━━━ MATERIAL FOR THIS EXERCISE ━━━

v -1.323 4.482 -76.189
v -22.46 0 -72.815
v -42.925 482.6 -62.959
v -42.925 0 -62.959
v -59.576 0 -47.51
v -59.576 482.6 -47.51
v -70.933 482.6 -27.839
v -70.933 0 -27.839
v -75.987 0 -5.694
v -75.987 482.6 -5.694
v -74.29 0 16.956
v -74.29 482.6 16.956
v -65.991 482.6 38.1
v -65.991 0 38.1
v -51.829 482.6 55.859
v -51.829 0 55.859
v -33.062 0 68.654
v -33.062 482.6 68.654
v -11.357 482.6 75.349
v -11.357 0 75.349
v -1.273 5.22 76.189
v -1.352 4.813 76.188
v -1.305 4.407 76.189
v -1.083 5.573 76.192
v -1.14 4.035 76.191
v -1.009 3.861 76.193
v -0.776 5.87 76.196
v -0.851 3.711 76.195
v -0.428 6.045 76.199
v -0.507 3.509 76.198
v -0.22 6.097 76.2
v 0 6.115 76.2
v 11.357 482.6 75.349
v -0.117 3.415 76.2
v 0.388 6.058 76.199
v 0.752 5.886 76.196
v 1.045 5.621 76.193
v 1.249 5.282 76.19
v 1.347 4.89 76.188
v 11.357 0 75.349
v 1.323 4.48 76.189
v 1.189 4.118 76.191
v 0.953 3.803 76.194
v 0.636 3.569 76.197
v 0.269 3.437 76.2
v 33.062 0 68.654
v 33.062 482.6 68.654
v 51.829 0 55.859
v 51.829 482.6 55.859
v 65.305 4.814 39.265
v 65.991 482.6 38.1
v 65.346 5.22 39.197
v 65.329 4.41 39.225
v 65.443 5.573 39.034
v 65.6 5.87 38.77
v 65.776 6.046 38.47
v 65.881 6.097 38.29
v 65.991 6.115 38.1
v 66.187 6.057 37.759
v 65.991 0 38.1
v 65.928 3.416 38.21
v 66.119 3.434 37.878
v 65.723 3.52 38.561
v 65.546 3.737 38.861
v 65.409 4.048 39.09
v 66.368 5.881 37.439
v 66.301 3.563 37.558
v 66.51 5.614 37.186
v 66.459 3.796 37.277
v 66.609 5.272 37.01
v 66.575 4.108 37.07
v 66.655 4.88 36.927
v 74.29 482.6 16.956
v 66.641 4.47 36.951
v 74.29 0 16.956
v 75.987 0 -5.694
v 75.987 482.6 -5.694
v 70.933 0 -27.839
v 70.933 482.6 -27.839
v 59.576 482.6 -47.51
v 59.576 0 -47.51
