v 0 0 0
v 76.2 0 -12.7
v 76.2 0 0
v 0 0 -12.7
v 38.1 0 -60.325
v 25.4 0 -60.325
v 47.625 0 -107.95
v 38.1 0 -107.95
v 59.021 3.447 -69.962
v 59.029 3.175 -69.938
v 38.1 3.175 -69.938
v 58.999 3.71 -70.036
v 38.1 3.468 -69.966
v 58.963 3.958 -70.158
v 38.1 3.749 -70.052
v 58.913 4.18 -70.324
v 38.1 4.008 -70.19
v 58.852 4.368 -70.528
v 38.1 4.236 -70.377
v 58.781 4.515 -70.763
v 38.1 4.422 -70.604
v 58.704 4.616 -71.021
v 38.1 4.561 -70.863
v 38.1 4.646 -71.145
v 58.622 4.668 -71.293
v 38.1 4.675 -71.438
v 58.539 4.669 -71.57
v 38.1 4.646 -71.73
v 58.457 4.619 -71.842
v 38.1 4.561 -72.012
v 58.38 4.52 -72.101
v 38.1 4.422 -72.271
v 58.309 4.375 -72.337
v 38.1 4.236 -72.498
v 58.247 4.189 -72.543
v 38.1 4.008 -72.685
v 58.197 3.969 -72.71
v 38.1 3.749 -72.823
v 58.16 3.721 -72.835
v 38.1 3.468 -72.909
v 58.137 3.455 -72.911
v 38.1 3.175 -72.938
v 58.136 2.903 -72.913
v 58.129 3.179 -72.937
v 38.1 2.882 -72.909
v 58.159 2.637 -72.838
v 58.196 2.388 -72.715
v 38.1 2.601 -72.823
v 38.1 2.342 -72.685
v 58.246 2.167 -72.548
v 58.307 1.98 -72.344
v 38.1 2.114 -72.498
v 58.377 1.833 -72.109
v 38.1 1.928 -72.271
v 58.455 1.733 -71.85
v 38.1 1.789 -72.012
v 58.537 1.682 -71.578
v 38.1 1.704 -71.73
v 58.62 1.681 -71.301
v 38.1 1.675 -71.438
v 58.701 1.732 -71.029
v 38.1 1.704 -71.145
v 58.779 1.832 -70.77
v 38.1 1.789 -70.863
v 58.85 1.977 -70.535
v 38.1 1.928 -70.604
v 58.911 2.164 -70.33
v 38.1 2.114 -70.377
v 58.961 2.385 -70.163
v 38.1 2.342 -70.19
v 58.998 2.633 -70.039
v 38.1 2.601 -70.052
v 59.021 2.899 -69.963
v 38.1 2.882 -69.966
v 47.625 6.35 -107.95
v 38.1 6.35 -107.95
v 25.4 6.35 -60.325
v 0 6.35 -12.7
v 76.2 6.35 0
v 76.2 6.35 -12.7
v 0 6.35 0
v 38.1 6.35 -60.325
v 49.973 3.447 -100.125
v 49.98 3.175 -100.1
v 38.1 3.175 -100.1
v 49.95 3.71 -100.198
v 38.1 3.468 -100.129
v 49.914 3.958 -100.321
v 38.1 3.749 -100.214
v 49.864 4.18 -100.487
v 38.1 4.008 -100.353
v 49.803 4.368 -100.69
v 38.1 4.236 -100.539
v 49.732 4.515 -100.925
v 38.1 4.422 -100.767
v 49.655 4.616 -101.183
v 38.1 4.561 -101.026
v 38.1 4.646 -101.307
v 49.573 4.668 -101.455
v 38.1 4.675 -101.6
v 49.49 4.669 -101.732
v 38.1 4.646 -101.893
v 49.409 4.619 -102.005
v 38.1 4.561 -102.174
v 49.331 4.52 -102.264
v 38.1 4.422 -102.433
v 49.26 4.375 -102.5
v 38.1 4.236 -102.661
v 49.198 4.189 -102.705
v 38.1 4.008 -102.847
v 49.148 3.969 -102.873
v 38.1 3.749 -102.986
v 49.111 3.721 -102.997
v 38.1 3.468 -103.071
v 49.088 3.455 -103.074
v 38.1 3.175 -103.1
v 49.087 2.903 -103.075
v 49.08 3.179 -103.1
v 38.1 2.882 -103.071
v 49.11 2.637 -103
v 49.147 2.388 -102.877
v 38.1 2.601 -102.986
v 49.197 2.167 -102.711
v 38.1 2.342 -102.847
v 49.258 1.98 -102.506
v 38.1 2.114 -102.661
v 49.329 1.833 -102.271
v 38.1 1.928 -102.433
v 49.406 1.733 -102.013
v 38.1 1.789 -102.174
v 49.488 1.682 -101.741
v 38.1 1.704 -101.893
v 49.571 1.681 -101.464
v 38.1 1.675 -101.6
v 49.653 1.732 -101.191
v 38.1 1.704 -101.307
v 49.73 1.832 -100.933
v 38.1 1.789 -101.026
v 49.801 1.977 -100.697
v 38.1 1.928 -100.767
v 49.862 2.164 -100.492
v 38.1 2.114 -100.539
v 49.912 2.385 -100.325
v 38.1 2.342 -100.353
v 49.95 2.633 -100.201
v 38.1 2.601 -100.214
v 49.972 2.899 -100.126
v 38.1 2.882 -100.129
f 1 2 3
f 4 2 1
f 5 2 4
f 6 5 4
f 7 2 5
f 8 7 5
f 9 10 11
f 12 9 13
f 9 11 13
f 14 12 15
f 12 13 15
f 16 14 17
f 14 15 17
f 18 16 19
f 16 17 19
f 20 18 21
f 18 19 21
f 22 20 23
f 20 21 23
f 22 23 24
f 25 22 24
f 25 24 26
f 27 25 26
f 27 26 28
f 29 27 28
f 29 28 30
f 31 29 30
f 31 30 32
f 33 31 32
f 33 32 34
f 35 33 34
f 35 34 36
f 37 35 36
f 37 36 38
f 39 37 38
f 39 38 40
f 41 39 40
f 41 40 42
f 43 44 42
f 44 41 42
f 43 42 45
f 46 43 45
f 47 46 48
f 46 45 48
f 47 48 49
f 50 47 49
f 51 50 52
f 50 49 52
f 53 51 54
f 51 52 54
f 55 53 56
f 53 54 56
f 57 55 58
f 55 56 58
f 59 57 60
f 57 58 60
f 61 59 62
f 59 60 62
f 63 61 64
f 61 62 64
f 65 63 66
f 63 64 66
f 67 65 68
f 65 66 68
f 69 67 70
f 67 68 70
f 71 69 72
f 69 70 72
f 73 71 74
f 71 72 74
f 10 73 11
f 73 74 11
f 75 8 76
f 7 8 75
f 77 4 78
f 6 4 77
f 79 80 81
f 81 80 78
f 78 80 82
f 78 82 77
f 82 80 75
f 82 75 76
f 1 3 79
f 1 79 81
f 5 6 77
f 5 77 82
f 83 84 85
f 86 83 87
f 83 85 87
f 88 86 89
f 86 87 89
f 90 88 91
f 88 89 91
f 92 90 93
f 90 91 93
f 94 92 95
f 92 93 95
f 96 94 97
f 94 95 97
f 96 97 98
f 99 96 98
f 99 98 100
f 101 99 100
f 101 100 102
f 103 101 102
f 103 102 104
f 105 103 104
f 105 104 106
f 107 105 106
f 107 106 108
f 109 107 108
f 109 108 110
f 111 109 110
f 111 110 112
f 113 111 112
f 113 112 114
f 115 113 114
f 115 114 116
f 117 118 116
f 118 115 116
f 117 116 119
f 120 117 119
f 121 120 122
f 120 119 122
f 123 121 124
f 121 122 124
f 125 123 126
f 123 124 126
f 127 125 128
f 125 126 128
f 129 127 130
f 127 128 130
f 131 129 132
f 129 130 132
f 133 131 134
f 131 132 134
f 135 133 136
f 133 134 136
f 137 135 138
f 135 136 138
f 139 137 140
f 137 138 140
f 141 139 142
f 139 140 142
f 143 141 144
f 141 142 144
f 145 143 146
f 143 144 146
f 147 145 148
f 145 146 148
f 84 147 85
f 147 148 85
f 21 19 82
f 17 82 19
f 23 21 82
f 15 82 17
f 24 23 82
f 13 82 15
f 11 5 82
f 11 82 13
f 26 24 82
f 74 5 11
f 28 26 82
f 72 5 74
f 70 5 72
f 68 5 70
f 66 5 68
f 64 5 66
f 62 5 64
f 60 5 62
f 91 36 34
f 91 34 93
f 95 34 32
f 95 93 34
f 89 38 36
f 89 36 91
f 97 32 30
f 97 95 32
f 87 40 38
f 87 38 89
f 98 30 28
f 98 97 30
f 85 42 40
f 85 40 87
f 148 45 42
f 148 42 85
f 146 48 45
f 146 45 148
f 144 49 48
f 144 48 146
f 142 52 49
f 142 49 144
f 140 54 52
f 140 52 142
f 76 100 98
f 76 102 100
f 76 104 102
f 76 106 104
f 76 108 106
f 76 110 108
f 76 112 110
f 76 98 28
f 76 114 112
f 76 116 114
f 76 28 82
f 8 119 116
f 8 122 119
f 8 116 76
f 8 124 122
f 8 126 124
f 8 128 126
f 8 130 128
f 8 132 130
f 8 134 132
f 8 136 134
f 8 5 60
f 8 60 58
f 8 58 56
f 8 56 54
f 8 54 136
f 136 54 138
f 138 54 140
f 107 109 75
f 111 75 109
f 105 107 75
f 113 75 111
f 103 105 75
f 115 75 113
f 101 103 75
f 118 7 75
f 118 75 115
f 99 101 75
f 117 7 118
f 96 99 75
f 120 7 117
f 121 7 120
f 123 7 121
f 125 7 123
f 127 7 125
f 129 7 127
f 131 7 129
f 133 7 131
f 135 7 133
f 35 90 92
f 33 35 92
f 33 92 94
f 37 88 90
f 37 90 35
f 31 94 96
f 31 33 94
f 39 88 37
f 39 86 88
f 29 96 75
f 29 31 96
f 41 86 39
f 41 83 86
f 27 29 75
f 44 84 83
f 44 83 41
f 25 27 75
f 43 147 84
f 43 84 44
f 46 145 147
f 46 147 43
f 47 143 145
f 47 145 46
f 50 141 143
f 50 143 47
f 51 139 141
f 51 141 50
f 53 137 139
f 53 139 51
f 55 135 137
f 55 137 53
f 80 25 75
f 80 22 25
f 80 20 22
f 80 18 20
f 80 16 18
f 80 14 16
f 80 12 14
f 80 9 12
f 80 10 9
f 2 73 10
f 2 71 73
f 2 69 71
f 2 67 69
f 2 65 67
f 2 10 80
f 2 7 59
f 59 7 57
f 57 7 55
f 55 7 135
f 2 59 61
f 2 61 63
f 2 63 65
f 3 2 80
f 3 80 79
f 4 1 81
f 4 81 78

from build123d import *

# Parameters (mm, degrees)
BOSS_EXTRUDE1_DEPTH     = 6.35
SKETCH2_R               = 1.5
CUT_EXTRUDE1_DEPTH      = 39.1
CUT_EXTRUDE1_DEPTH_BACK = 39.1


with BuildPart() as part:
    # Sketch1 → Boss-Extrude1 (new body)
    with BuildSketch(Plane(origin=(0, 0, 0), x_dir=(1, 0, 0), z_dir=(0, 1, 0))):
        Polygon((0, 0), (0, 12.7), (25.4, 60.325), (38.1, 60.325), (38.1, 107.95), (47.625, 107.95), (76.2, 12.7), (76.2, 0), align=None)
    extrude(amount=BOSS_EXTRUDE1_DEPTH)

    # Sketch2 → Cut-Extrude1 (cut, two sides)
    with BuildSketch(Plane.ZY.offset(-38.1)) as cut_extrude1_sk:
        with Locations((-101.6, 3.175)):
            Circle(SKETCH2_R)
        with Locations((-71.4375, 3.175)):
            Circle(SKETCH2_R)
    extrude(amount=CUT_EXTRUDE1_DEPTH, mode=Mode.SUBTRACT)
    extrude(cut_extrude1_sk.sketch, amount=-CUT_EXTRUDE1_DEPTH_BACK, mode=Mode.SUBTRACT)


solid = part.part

━━━
━━━ MATERIAL FOR THIS EXERCISE ━━━

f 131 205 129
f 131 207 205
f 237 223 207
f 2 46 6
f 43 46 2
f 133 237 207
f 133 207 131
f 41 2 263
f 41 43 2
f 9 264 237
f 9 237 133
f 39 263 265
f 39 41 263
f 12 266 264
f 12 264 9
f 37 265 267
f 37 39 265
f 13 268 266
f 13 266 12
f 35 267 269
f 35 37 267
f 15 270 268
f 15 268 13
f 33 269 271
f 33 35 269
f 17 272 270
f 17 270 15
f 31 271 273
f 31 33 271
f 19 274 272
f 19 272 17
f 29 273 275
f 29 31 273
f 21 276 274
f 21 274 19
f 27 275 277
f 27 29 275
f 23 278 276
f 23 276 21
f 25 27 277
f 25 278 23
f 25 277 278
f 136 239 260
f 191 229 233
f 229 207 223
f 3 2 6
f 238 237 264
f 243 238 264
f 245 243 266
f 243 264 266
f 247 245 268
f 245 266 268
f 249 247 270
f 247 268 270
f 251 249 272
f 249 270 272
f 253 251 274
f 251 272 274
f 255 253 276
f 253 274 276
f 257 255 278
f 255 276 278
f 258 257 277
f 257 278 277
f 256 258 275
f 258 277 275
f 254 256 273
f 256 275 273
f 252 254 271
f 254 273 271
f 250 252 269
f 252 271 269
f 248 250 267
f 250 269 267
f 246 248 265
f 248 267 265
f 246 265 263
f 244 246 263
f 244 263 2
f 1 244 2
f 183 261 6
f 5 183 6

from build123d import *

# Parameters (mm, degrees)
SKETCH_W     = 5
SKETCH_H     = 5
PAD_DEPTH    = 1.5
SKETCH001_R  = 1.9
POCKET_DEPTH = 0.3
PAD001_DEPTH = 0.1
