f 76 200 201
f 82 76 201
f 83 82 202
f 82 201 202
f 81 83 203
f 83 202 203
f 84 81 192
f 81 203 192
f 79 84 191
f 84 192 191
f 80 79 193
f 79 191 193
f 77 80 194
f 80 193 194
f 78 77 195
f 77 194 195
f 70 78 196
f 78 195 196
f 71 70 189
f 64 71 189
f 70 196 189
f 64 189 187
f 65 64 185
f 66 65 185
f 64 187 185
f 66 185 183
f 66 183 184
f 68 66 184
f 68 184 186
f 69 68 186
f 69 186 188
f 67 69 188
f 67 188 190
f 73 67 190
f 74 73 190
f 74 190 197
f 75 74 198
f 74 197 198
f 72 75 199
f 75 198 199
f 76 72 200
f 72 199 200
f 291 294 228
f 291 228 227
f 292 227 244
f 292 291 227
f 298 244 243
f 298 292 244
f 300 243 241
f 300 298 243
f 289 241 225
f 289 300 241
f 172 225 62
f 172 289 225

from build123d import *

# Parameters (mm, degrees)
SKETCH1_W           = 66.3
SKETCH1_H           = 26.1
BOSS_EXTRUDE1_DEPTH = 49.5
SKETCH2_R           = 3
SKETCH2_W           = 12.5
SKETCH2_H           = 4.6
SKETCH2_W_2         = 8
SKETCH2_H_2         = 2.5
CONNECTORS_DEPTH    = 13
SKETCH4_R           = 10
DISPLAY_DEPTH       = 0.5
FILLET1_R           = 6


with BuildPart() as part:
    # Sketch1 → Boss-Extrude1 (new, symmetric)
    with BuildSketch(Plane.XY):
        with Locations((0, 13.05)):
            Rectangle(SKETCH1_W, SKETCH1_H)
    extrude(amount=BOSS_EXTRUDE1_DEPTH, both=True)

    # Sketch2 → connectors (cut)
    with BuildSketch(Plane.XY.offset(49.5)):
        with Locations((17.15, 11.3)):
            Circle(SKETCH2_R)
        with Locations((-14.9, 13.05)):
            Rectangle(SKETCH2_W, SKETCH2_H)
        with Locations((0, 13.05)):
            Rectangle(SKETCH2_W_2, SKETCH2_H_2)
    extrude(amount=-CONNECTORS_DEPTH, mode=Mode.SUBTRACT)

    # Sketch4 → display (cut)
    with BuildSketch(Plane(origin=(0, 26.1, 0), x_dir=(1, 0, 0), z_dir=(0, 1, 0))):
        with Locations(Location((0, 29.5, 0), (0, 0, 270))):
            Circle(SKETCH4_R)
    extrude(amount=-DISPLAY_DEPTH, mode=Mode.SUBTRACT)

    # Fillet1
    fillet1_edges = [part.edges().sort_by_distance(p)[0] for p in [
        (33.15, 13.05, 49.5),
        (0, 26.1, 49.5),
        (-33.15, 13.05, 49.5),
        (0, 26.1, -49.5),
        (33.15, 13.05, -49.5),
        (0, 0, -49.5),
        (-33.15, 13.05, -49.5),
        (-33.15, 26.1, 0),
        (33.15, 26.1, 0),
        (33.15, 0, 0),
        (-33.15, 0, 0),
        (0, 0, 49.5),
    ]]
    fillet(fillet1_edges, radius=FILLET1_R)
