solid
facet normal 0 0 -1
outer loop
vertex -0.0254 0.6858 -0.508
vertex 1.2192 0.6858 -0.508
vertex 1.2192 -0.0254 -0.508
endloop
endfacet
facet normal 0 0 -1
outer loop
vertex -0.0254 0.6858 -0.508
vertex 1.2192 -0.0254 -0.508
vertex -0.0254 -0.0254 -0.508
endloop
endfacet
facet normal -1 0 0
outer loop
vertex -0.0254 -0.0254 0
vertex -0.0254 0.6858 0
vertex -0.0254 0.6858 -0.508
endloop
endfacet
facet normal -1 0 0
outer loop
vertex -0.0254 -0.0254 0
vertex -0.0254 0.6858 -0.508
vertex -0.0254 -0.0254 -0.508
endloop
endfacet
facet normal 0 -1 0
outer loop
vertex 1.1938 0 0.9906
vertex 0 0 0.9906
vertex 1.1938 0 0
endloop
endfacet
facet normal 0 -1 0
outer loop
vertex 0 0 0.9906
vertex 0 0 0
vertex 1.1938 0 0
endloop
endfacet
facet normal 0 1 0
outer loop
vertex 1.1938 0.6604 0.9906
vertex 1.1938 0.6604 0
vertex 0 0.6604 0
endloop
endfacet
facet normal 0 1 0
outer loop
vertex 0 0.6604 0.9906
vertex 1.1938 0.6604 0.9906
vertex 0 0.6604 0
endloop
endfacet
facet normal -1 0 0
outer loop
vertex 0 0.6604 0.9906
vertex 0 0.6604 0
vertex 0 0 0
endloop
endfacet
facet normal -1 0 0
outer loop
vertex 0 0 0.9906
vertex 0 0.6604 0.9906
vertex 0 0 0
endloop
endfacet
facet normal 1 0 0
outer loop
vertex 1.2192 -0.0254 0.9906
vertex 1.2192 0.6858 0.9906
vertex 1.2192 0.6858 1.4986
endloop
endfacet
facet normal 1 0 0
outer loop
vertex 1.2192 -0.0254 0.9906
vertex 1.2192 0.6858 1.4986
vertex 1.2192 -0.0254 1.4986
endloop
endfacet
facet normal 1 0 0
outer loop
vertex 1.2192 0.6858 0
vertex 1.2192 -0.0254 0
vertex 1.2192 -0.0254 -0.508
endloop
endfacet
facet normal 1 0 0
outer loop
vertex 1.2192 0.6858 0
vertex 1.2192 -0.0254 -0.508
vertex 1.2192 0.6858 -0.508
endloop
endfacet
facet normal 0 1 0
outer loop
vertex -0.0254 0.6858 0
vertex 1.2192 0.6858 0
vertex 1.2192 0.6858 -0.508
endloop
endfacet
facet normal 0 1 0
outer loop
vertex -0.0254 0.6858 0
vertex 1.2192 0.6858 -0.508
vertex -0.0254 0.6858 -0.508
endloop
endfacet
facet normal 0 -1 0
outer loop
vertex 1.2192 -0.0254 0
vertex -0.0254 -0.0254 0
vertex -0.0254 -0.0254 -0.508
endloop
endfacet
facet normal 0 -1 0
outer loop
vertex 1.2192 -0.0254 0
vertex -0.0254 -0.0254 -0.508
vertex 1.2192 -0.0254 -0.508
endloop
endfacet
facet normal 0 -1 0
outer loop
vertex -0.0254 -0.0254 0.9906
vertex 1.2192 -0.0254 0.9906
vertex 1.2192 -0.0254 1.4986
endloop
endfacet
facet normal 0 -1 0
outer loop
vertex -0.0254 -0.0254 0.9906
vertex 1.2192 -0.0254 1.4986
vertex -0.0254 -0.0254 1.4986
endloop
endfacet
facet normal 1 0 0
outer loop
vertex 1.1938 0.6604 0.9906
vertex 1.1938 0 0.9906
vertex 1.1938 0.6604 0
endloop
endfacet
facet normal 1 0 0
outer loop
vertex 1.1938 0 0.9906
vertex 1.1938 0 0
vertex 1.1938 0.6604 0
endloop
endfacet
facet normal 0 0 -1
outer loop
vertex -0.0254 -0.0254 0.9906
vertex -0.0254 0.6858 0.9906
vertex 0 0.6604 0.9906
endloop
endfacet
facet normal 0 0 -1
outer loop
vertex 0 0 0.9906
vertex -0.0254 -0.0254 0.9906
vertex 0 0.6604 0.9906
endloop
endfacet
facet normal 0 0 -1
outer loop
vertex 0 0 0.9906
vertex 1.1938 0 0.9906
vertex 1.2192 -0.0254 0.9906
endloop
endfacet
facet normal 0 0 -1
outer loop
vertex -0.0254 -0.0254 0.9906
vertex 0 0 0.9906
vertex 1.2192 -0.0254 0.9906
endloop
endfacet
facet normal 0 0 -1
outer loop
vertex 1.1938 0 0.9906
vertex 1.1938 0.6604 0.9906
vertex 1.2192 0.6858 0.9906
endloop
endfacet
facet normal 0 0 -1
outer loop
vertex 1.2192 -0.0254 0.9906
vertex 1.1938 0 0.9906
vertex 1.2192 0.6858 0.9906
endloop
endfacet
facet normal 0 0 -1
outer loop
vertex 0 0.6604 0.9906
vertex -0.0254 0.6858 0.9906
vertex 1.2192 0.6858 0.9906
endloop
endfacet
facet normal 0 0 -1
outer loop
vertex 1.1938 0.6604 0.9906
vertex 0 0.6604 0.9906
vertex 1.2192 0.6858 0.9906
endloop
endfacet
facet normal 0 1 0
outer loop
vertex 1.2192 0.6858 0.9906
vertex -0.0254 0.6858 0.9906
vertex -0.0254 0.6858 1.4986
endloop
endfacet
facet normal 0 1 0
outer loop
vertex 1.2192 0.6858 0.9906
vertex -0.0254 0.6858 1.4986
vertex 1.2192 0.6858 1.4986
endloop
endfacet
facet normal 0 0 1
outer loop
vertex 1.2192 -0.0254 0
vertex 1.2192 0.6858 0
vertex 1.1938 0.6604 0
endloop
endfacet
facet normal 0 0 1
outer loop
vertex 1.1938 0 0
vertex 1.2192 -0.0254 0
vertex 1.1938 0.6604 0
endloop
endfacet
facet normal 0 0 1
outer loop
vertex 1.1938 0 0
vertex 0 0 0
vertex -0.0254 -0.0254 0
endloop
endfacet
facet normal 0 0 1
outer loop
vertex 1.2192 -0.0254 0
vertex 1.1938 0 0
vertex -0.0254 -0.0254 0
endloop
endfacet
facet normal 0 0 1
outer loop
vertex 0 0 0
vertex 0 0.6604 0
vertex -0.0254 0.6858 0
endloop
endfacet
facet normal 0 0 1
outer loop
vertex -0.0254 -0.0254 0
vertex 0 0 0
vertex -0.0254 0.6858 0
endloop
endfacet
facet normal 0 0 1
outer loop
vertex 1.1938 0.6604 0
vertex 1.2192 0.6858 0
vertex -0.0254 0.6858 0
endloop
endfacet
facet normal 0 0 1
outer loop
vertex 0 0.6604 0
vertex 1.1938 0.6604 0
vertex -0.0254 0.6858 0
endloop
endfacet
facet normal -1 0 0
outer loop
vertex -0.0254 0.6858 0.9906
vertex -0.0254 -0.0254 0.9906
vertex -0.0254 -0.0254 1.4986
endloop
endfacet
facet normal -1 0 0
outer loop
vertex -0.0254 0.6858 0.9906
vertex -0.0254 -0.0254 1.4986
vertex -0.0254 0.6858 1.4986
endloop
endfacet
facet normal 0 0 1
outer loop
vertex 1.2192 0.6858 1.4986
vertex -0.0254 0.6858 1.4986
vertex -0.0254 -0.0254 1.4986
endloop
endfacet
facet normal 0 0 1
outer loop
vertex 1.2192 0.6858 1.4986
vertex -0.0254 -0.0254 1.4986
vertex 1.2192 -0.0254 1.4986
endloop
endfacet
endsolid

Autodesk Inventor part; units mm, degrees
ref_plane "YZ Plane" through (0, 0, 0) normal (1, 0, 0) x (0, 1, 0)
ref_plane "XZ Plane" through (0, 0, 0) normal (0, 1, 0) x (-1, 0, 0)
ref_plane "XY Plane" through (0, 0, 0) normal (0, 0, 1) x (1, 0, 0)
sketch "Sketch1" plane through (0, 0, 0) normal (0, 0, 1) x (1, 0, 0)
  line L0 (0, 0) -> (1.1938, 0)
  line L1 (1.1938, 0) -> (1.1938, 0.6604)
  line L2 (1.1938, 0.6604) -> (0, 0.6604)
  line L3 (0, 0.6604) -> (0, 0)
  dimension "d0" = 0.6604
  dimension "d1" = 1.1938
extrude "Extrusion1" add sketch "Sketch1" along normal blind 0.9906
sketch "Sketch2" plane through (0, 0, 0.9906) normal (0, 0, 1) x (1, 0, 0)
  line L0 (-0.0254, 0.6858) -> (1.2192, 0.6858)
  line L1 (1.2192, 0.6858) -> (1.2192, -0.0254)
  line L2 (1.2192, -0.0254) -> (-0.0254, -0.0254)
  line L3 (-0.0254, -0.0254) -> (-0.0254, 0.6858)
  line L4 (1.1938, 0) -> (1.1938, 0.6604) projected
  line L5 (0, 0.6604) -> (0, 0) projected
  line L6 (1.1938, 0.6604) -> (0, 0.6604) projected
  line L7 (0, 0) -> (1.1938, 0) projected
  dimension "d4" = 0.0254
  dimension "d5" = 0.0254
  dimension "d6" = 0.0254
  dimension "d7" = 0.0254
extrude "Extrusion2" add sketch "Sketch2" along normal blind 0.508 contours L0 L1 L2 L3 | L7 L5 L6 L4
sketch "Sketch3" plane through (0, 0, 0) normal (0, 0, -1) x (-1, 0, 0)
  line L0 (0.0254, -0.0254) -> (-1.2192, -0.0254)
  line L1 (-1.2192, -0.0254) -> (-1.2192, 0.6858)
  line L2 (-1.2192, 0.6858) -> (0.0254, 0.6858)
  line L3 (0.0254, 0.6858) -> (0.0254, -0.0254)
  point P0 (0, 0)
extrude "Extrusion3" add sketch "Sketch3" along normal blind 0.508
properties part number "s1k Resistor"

━━━

» **WHAT TO DO**
Where in the records does the string "Rectangle" appear? Copy every line that has it.

» **RESPONSE TO THIS TASK**
            Rectangle(SKETCH1_W, SKETCH1_H)
            Rectangle(SKETCH2_W, SKETCH2_H)
            Rectangle(SKETCH2_W_2, SKETCH2_H_2)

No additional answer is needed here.